Spotlight: Angela Weddle
At the Intersection: Autistic Pride Chattanooga Honors Black History Month
Angela Weddle is a multidisciplinary artist whose work spans drawing, painting, digital media, and poetry. Diagnosed as an adult, she has become one of the most visible Black autistic artists in the United States, using her work to explore identity, perception, and the sensory world. Her art is bold, detailed, and deeply expressive — a visual language that reflects both autistic experience and Black creative lineage.
Weddle’s work has been featured in galleries, disability arts festivals, and community exhibitions across the country. She is also an educator and advocate, teaching workshops on neurodiversity, creativity, and the importance of accessible art spaces. Through her public speaking and writing, she challenges stereotypes about autistic communication and expands the conversation about what autistic artistry can look like.

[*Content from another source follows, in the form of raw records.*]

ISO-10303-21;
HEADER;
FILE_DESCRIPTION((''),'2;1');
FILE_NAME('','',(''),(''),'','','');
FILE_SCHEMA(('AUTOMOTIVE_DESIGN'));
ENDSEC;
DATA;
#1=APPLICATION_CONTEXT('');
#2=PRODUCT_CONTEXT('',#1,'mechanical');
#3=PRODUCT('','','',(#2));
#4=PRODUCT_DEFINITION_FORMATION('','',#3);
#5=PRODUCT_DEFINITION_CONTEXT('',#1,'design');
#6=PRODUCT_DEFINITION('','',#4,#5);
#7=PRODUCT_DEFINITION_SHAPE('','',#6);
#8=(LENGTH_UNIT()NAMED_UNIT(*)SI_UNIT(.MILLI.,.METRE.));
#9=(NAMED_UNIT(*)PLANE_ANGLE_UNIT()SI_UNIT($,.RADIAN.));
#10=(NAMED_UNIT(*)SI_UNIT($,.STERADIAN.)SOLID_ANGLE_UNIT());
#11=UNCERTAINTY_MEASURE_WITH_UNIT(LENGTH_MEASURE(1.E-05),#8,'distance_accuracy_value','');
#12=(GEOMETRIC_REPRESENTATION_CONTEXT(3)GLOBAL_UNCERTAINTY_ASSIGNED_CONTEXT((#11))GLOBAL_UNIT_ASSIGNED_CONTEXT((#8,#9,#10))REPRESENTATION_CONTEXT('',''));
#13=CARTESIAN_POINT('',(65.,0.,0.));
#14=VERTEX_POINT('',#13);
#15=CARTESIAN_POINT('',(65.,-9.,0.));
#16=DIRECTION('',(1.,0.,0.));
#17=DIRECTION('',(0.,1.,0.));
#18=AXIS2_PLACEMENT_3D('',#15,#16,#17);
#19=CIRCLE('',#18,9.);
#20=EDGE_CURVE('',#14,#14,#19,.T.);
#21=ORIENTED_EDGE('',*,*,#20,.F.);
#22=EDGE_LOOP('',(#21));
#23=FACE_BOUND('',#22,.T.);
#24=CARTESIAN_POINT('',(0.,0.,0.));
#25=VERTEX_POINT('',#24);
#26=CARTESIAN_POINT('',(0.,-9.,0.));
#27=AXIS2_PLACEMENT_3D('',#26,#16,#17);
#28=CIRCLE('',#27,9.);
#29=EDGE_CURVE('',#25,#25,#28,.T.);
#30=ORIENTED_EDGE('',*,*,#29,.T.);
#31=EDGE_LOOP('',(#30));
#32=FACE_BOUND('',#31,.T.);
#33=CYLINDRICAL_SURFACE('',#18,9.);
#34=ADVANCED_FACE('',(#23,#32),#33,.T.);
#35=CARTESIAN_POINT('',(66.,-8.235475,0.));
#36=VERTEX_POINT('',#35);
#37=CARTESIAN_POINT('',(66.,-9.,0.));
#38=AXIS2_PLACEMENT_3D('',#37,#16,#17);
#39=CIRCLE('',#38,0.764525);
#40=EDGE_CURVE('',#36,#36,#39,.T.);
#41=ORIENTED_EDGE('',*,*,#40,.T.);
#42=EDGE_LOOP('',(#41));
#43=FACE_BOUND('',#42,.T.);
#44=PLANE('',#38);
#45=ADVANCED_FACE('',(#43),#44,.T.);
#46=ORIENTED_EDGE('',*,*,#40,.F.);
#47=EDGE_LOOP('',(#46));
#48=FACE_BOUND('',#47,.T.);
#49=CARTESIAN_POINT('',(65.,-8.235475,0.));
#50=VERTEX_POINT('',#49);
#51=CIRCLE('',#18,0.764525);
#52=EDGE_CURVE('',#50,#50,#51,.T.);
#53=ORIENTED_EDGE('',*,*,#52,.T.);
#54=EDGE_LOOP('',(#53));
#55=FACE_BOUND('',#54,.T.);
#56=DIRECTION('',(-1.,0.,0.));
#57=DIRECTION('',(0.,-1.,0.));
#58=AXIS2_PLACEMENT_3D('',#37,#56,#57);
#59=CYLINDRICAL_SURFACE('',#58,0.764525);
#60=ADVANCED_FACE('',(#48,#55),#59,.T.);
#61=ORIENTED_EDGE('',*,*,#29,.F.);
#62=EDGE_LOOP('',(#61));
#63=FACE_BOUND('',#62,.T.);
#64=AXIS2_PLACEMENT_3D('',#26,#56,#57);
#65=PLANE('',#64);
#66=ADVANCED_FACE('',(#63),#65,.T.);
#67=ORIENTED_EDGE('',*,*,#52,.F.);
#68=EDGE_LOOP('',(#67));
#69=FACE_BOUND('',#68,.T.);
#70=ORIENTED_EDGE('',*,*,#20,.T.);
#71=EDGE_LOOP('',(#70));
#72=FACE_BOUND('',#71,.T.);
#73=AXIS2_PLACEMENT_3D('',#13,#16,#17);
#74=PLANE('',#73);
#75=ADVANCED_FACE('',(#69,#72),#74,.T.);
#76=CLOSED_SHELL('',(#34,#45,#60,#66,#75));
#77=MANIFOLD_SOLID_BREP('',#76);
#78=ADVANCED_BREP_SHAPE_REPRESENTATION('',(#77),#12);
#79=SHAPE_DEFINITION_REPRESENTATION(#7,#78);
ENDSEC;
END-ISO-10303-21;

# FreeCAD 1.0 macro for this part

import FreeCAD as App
import Part
import Sketcher
from FreeCAD import Vector

doc = App.newDocument("Part")
body = doc.addObject("PartDesign::Body", "Body")

# Sketch on XY plane
sketch1 = body.newObject("Sketcher::SketchObject", "Sketch")
sketch1.AttachmentSupport = (doc.getObject("XY_Plane"), [""])
sketch1.MapMode = "FlatFace"
sketch1.addGeometry(Part.LineSegment(Vector(0, 0, 0), Vector(0, -9, 0)), False)
sketch1.addGeometry(Part.LineSegment(Vector(0, -9, 0), Vector(65, -9, 0)), False)
sketch1.addGeometry(Part.LineSegment(Vector(65, -9, 0), Vector(65, 0, 0)), False)
sketch1.addGeometry(Part.LineSegment(Vector(65, 0, 0), Vector(0, 0, 0)), False)
sketch1.addGeometry(Part.LineSegment(Vector(65, -9, 0), Vector(0, -9, 0)), True)  # axis
sketch1.addConstraint(Sketcher.Constraint("Coincident", 0, 2, 1, 1))
sketch1.addConstraint(Sketcher.Constraint("Coincident", 1, 2, 2, 1))
sketch1.addConstraint(Sketcher.Constraint("Coincident", 2, 2, 3, 1))
sketch1.addConstraint(Sketcher.Constraint("Coincident", 3, 2, 0, 1))
sketch1.addConstraint(Sketcher.Constraint("Vertical", 0))
sketch1.addConstraint(Sketcher.Constraint("Horizontal", 1))
sketch1.addConstraint(Sketcher.Constraint("Vertical", 2))
sketch1.addConstraint(Sketcher.Constraint("Horizontal", 3))
sketch1.addConstraint(Sketcher.Constraint("Horizontal", 4))
sketch1.addConstraint(Sketcher.Constraint("Coincident", 3, 2, -1, 1))
sketch1.addConstraint(Sketcher.Constraint("Coincident", 4, 1, 1, 2))
sketch1.addConstraint(Sketcher.Constraint("PointOnObject", 4, 2, -2))
sketch1.addConstraint(Sketcher.Constraint("DistanceX", 1, 1, 1, 2, 65.0))
sketch1.addConstraint(Sketcher.Constraint("DistanceY", 0, 2, 0, 1, 9.0))
revolution = body.newObject("PartDesign::Revolution", "Revolution")
revolution.Profile = sketch1
revolution.ReferenceAxis = (sketch1, ["Axis0"])
revolution.Angle = 360

# Sketch on YZ plane
sketch2 = body.newObject("Sketcher::SketchObject", "Sketch001")
sketch2.AttachmentSupport = (doc.getObject("YZ_Plane"), [""])
sketch2.MapMode = "FlatFace"
sketch2.AttachmentOffset = App.Placement(Vector(0, 0, 65), App.Rotation())
sketch2.addGeometry(Part.Circle(Vector(-9, 0, 0), Vector(0, 0, 1), 0.764525), False)
sketch2.addConstraint(Sketcher.Constraint("PointOnObject", 0, 3, -1))
sketch2.addConstraint(Sketcher.Constraint("DistanceX", 0, 3, -1, 1, 9.0))
sketch2.addConstraint(Sketcher.Constraint("Diameter", 0, 1.529051))
pad1 = body.newObject("PartDesign::Pad", "Pad")
pad1.Profile = sketch2
pad1.Length = 1

doc.recompute()
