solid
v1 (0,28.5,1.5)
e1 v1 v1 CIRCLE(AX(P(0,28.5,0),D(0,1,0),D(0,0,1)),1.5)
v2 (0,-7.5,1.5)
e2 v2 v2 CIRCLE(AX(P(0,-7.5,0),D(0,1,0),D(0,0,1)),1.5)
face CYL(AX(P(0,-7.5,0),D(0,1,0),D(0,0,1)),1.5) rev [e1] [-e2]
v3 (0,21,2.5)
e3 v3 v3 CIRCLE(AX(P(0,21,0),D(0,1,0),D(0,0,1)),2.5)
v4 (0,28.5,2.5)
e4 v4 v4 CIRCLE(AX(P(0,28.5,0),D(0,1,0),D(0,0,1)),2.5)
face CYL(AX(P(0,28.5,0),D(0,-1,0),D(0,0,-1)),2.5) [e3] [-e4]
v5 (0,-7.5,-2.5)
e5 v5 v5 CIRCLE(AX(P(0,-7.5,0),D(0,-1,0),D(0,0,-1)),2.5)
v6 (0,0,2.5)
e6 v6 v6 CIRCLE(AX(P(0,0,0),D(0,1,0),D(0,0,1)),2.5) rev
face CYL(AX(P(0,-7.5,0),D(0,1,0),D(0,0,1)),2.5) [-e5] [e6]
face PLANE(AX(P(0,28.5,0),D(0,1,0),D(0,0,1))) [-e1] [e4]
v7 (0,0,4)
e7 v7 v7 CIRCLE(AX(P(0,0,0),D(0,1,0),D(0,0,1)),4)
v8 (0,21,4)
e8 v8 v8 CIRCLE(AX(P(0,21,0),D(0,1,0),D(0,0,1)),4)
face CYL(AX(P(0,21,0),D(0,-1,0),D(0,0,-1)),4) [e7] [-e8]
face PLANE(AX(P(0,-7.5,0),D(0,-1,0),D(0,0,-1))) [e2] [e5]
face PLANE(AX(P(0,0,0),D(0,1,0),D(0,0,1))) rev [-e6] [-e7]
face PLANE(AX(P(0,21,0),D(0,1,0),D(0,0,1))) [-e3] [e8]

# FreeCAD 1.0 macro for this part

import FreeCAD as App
import Part
import Sketcher
Q = App.Units.Quantity

doc = App.newDocument("Part")
params = doc.addObject("Spreadsheet::Sheet", "Params")
for row, (alias, value) in enumerate([
    ("sketch1_diameter", "8 mm"),
    ("sketch1_diameter2", "2.5 mm"),
    ("pad1_length", "21 mm"),
    ("sketch2_diameter", "5 mm"),
    ("pad2_length", "7.5 mm"),
    ("sketch3_diameter", "5 mm"),
    ("pad3_length", "7.5 mm"),
    ("sketch4_diameter", "3 mm"),
], start=1):
    params.set(f"A{row}", alias)
    params.set(f"B{row}", "=" + value)
    params.setAlias(f"B{row}", alias)

body = doc.addObject("PartDesign::Body", "Body")

sketch1 = body.newObject("Sketcher::SketchObject", "Sketch")
sketch1.AttachmentSupport = (doc.getObject("XZ_Plane"), [""])
sketch1.MapMode = "FlatFace"
sketch1.addGeometry(Part.Circle(App.Vector(0, 0, 0), App.Vector(0, 0, 1), 4), False)
sketch1.addGeometry(Part.Circle(App.Vector(0, 0, 0), App.Vector(0, 0, 1), 1.2), False)
sketch1.addConstraint(Sketcher.Constraint("Coincident", 0, 3, -1, 1))
sketch1.addConstraint(Sketcher.Constraint("Coincident", 1, 3, -1, 1))
sketch1.addConstraint(Sketcher.Constraint("Diameter", 0, Q("8 mm")))
sketch1.addConstraint(Sketcher.Constraint("Diameter", 1, Q("2.5 mm")))
sketch1.setExpression("Constraints[2]", "Params.sketch1_diameter")
sketch1.setExpression("Constraints[3]", "Params.sketch1_diameter2")
pad1 = body.newObject("PartDesign::Pad", "Pad")
pad1.Profile = sketch1
pad1.setExpression("Length", "Params.pad1_length")
pad1.Reversed = True

sketch2 = body.newObject("Sketcher::SketchObject", "Sketch001")
sketch2.AttachmentSupport = (doc.getObject("XZ_Plane"), [""])
sketch2.MapMode = "FlatFace"
sketch2.addGeometry(Part.Circle(App.Vector(0, 0, 0), App.Vector(0, 0, 1), 2.5), False)
sketch2.addConstraint(Sketcher.Constraint("Coincident", 0, 3, -1, 1))
sketch2.addConstraint(Sketcher.Constraint("Diameter", 0, Q("5 mm")))
sketch2.setExpression("Constraints[1]", "Params.sketch2_diameter")
pad2 = body.newObject("PartDesign::Pad", "Pad001")
pad2.Profile = sketch2
pad2.setExpression("Length", "Params.pad2_length")

sketch3 = body.newObject("Sketcher::SketchObject", "Sketch002")
sketch3.AttachmentSupport = (doc.getObject("XZ_Plane"), [""])
sketch3.MapMode = "FlatFace"
sketch3.AttachmentOffset = App.Placement(App.Vector(0, 0, -21), App.Rotation())
sketch3.addGeometry(Part.Circle(App.Vector(0, 0, 0), App.Vector(0, 0, 1), 2.5), False)
sketch3.addConstraint(Sketcher.Constraint("Coincident", 0, 3, -1, 1))
sketch3.addConstraint(Sketcher.Constraint("Diameter", 0, Q("5 mm")))
sketch3.setExpression("Constraints[1]", "Params.sketch3_diameter")
pad3 = body.newObject("PartDesign::Pad", "Pad002")
pad3.Profile = sketch3
pad3.setExpression("Length", "Params.pad3_length")
pad3.Reversed = True

sketch4 = body.newObject("Sketcher::SketchObject", "Sketch003")
sketch4.AttachmentSupport = (doc.getObject("XZ_Plane"), [""])
sketch4.MapMode = "FlatFace"
sketch4.AttachmentOffset = App.Placement(App.Vector(0, 0, -28.5), App.Rotation())
sketch4.addGeometry(Part.Circle(App.Vector(0, 0, 0), App.Vector(0, 0, 1), 1.5), False)
sketch4.addConstraint(Sketcher.Constraint("Coincident", 0, 3, -1, 1))
sketch4.addConstraint(Sketcher.Constraint("Diameter", 0, Q("3 mm")))
sketch4.setExpression("Constraints[1]", "Params.sketch4_diameter")
pocket1 = body.newObject("PartDesign::Pocket", "Pocket")
pocket1.Profile = sketch4
pocket1.Type = "ThroughAll"
pocket1.Reversed = True

doc.recompute()
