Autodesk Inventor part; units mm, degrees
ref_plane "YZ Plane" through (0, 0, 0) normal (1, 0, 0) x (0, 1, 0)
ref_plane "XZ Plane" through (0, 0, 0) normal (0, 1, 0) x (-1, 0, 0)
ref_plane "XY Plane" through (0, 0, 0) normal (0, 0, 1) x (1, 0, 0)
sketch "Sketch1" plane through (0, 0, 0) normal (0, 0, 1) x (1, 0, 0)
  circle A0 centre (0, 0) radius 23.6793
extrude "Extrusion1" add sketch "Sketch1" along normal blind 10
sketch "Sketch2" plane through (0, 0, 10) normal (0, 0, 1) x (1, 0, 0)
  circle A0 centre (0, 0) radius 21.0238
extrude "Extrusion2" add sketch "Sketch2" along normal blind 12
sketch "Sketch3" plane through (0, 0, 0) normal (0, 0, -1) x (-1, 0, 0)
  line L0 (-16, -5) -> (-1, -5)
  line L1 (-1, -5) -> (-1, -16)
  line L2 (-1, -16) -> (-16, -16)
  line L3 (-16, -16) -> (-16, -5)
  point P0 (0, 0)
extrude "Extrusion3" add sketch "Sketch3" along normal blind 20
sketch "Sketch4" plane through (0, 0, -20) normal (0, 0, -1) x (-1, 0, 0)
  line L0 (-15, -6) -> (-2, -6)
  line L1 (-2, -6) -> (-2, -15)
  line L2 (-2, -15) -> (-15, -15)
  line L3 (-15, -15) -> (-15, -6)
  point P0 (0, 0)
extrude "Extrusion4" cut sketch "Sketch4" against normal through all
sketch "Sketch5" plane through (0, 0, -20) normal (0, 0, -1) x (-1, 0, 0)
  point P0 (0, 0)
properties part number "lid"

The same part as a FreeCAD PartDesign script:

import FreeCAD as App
import Part
import Sketcher
Q = App.Units.Quantity

doc = App.newDocument("Part")
body = doc.addObject("PartDesign::Body", "Body")

# Sketch on XY plane
sketch1 = doc.addObject("Sketcher::SketchObject", "Sketch")
body.addObject(sketch1)
sketch1.AttachmentSupport = (doc.XY_Plane, [""])
sketch1.MapMode = "FlatFace"
sketch1.addGeometry(Part.Circle(App.Vector(0, 0, 0), App.Vector(0, 0, 1), 24), False)
sketch1.addConstraint(Sketcher.Constraint("Coincident", 0, 3, -1, 1))
sketch1.addConstraint(Sketcher.Constraint("Diameter", 0, Q("47.3586 mm")))
pad1 = doc.addObject("PartDesign::Pad", "Pad")
body.addObject(pad1)
pad1.Profile = sketch1
pad1.Length = 10

# Sketch on XY plane
sketch2 = doc.addObject("Sketcher::SketchObject", "Sketch001")
body.addObject(sketch2)
sketch2.AttachmentSupport = (doc.XY_Plane, [""])
sketch2.MapMode = "FlatFace"
sketch2.AttachmentOffset = App.Placement(App.Vector(0, 0, 10), App.Rotation())
sketch2.addGeometry(Part.Circle(App.Vector(0, 0, 0), App.Vector(0, 0, 1), 21), False)
sketch2.addConstraint(Sketcher.Constraint("Coincident", 0, 3, -1, 1))
sketch2.addConstraint(Sketcher.Constraint("Diameter", 0, Q("42.0476 mm")))
pad2 = doc.addObject("PartDesign::Pad", "Pad001")
body.addObject(pad2)
pad2.Profile = sketch2
pad2.Length = 12

# Sketch on XY plane
sketch3 = doc.addObject("Sketcher::SketchObject", "Sketch002")
body.addObject(sketch3)
sketch3.AttachmentSupport = (doc.XY_Plane, [""])
sketch3.MapMode = "FlatFace"
sketch3.addGeometry(Part.LineSegment(App.Vector(1, -5, 0), App.Vector(16, -5, 0)), False)
sketch3.addGeometry(Part.LineSegment(App.Vector(16, -5, 0), App.Vector(16, -16, 0)), False)
sketch3.addGeometry(Part.LineSegment(App.Vector(16, -16, 0), App.Vector(1, -16, 0)), False)
sketch3.addGeometry(Part.LineSegment(App.Vector(1, -16, 0), App.Vector(1, -5, 0)), False)
sketch3.addConstraint(Sketcher.Constraint("Coincident", 0, 2, 1, 1))
sketch3.addConstraint(Sketcher.Constraint("Coincident", 1, 2, 2, 1))
sketch3.addConstraint(Sketcher.Constraint("Coincident", 2, 2, 3, 1))
sketch3.addConstraint(Sketcher.Constraint("Coincident", 3, 2, 0, 1))
sketch3.addConstraint(Sketcher.Constraint("Horizontal", 0))
sketch3.addConstraint(Sketcher.Constraint("Vertical", 1))
sketch3.addConstraint(Sketcher.Constraint("Horizontal", 2))
sketch3.addConstraint(Sketcher.Constraint("Vertical", 3))
sketch3.addConstraint(Sketcher.Constraint("DistanceX", 0, 1, 0, 2, Q("15 mm")))
sketch3.addConstraint(Sketcher.Constraint("DistanceY", 1, 2, 1, 1, Q("11 mm")))
sketch3.addConstraint(Sketcher.Constraint("DistanceX", -1, 1, 0, 2, Q("16 mm")))
sketch3.addConstraint(Sketcher.Constraint("DistanceY", 0, 2, -1, 1, Q("5 mm")))
pad3 = doc.addObject("PartDesign::Pad", "Pad002")
body.addObject(pad3)
pad3.Profile = sketch3
pad3.Length = 20
pad3.Reversed = True

# Sketch on XY plane
sketch4 = doc.addObject("Sketcher::SketchObject", "Sketch003")
body.addObject(sketch4)
sketch4.AttachmentSupport = (doc.XY_Plane, [""])
sketch4.MapMode = "FlatFace"
sketch4.AttachmentOffset = App.Placement(App.Vector(0, 0, -20), App.Rotation())
sketch4.addGeometry(Part.LineSegment(App.Vector(2, -6, 0), App.Vector(15, -6, 0)), False)
sketch4.addGeometry(Part.LineSegment(App.Vector(15, -6, 0), App.Vector(15, -15, 0)), False)
sketch4.addGeometry(Part.LineSegment(App.Vector(15, -15, 0), App.Vector(2, -15, 0)), False)
sketch4.addGeometry(Part.LineSegment(App.Vector(2, -15, 0), App.Vector(2, -6, 0)), False)
sketch4.addConstraint(Sketcher.Constraint("Coincident", 0, 2, 1, 1))
sketch4.addConstraint(Sketcher.Constraint("Coincident", 1, 2, 2, 1))
sketch4.addConstraint(Sketcher.Constraint("Coincident", 2, 2, 3, 1))
sketch4.addConstraint(Sketcher.Constraint("Coincident", 3, 2, 0, 1))
sketch4.addConstraint(Sketcher.Constraint("Horizontal", 0))
sketch4.addConstraint(Sketcher.Constraint("Vertical", 1))
sketch4.addConstraint(Sketcher.Constraint("Horizontal", 2))
sketch4.addConstraint(Sketcher.Constraint("Vertical", 3))
sketch4.addConstraint(Sketcher.Constraint("DistanceX", 0, 1, 0, 2, Q("13 mm")))
sketch4.addConstraint(Sketcher.Constraint("DistanceY", 1, 2, 1, 1, Q("9 mm")))
sketch4.addConstraint(Sketcher.Constraint("DistanceX", -1, 1, 0, 2, Q("15 mm")))
sketch4.addConstraint(Sketcher.Constraint("DistanceY", 0, 2, -1, 1, Q("6 mm")))
pocket1 = doc.addObject("PartDesign::Pocket", "Pocket")
body.addObject(pocket1)
pocket1.Profile = sketch4
pocket1.Type = "ThroughAll"
pocket1.Reversed = True

doc.recompute()
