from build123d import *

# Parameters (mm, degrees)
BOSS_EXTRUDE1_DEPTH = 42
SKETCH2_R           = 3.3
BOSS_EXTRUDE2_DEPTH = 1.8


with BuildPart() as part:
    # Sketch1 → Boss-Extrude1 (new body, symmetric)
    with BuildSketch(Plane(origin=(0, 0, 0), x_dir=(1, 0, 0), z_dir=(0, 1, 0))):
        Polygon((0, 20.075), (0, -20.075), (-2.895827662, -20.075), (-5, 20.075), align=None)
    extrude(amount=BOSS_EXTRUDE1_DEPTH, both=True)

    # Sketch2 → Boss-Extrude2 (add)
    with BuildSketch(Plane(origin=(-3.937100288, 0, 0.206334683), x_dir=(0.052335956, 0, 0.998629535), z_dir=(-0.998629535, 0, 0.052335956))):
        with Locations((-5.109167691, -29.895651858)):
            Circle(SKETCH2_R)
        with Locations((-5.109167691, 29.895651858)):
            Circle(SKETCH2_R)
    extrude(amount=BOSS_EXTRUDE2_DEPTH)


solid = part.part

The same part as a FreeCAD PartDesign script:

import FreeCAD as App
import Part
import Sketcher

V = App.Vector
Q = App.Units.Quantity


def add_polygon(sketch, points):
    """Adds a closed chain of lines whose ends are joined by coincident constraints."""
    first, n = sketch.GeometryCount, len(points)
    for a, b in zip(points, points[1:] + points[:1]):
        sketch.addGeometry(Part.LineSegment(App.Vector(*a, 0), App.Vector(*b, 0)), False)
    for i in range(n):
        sketch.addConstraint(Sketcher.Constraint("Coincident", first + i, 2, first + (i + 1) % n, 1))

doc = App.newDocument("Part")
body = doc.addObject("PartDesign::Body", "Body")

# Sketch on XZ plane
sketch1 = doc.addObject("Sketcher::SketchObject", "Sketch")
body.addObject(sketch1)
sketch1.AttachmentSupport = (doc.XZ_Plane, [""])
sketch1.MapMode = "FlatFace"
add_polygon(sketch1, [(0, 20.075), (0, -20.075), (-5, -20.075), (-2.895828, 20.075)])  # lines 0-3
sketch1.addConstraint([
    Sketcher.Constraint("Vertical", 0),
    Sketcher.Constraint("Horizontal", 1),
    Sketcher.Constraint("Horizontal", 3),
    Sketcher.Constraint("Symmetric", 0, 2, 3, 2, -1, 1),
    Sketcher.Constraint("DistanceX", 1, 2, 1, 1, Q("5 mm")),
    Sketcher.Constraint("Angle", 2, Q("87 deg")),
    Sketcher.Constraint("DistanceY", 0, 2, 0, 1, Q("40.15 mm")),
])
pad1 = doc.addObject("PartDesign::Pad", "Pad")
body.addObject(pad1)
pad1.Profile = sketch1
pad1.Length = 84
pad1.Midplane = True

# Sketch on an angled plane
sketch2 = doc.addObject("Sketcher::SketchObject", "Sketch001")
body.addObject(sketch2)
sketch2.Placement = App.Placement(V(-3.9371, 0, 0.206335), App.Rotation(V(0.052335956, 0, 0.998629535), V(0, 1, 0), V(-0.998629535, 0, 0.052335956), "ZXY"))
sketch2.addGeometry([
    Part.Circle(V(-5.109168, -29.895652, 0), V(0, 0, 1), 3.3),
    Part.Circle(V(-5.109168, 29.895652, 0), V(0, 0, 1), 3.3),
], False)
sketch2.addConstraint([
    Sketcher.Constraint("Equal", 0, 1),
    Sketcher.Constraint("Symmetric", 0, 3, 1, 3, -1),
    Sketcher.Constraint("Diameter", 0, Q("6.6 mm")),
    Sketcher.Constraint("DistanceY", 0, 3, -1, 1, Q("29.895652 mm")),
    Sketcher.Constraint("DistanceX", 0, 3, -1, 1, Q("5.109168 mm")),
])
pad2 = doc.addObject("PartDesign::Pad", "Pad001")
body.addObject(pad2)
pad2.Profile = sketch2
pad2.Length = 1.8

doc.recompute()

Her presence in the art world matters. She creates work that refuses erasure, insists on visibility, and shows that autistic expression is not a limitation but a form of brilliance.
What We Carry Forward at APC
From Angela Weddle, we learn that art is not decoration — it is testimony. Her work reminds us that autistic creativity is a form of knowledge, a way of documenting lived experience, and a tool for building community. At Autistic Pride Chattanooga, we carry that lesson into our own work by uplifting autistic artists, creating platforms for expression, and ensuring that our community spaces honor the full range of autistic communication.
Her example pushes us to keep making room for autistic voices that speak through color, texture, movement, and form. It challenges us to recognize art as a vital part of autistic culture and to support the creators who make that culture visible.